WORK INSTRUCTION
Within these entries, which lines include the string "PLANE"? Copy each one.
______
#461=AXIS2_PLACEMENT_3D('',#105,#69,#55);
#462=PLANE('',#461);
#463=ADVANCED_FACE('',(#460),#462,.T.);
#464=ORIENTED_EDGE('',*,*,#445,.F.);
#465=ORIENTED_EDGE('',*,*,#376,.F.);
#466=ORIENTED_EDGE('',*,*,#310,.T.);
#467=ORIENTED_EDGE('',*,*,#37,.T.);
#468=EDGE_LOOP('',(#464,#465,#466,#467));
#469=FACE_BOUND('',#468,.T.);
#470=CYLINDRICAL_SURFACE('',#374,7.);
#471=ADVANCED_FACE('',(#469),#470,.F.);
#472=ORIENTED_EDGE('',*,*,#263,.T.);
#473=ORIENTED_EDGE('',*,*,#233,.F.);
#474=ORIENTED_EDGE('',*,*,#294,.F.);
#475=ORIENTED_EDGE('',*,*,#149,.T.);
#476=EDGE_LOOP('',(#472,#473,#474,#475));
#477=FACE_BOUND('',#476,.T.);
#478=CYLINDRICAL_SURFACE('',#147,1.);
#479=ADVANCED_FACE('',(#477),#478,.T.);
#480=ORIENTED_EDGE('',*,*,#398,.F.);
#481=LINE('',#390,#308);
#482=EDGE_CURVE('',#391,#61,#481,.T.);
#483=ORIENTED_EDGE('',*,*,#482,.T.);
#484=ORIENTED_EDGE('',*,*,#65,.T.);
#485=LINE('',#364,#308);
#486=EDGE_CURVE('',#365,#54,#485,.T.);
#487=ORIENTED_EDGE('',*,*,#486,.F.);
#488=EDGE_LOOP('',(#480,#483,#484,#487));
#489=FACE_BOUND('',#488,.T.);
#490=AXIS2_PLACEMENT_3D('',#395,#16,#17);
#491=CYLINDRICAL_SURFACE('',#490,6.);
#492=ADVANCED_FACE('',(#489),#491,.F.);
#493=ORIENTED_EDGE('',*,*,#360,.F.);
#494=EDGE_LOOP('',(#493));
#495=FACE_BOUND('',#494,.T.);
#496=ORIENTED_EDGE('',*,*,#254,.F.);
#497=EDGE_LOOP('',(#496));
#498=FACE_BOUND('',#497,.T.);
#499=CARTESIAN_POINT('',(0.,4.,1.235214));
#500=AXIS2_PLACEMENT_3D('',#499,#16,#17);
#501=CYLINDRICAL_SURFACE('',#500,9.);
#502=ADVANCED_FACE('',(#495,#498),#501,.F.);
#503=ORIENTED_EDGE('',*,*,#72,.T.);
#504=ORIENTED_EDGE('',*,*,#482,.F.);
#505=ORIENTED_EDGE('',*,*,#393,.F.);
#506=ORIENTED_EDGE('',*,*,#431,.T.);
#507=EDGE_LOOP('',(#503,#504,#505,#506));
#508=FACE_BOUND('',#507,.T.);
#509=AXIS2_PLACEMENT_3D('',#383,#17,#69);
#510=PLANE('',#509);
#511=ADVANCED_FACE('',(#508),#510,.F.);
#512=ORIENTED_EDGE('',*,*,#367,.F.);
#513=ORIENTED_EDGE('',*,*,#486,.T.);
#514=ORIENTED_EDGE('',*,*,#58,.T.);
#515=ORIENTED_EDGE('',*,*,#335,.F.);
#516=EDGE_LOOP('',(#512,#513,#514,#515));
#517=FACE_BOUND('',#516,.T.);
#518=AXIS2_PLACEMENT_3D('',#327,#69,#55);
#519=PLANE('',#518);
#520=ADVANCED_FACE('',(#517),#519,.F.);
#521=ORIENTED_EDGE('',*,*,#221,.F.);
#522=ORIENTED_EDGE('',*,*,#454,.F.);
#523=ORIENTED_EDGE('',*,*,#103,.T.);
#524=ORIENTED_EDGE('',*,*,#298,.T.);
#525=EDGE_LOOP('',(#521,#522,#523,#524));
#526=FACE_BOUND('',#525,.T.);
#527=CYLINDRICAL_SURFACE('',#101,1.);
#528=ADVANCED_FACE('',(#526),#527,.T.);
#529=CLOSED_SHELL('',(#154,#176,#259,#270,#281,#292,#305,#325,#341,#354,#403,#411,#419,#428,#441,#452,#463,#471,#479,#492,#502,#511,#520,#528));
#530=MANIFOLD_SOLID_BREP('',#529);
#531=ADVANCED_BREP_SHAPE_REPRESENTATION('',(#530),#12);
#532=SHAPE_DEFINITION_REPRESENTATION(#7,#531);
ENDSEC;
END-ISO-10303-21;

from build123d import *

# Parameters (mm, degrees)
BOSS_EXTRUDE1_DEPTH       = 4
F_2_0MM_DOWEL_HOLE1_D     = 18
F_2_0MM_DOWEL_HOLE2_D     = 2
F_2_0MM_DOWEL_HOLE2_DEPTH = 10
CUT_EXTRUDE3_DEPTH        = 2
______
SOLUTION
#462=PLANE('',#461);
#510=PLANE('',#509);
#519=PLANE('',#518);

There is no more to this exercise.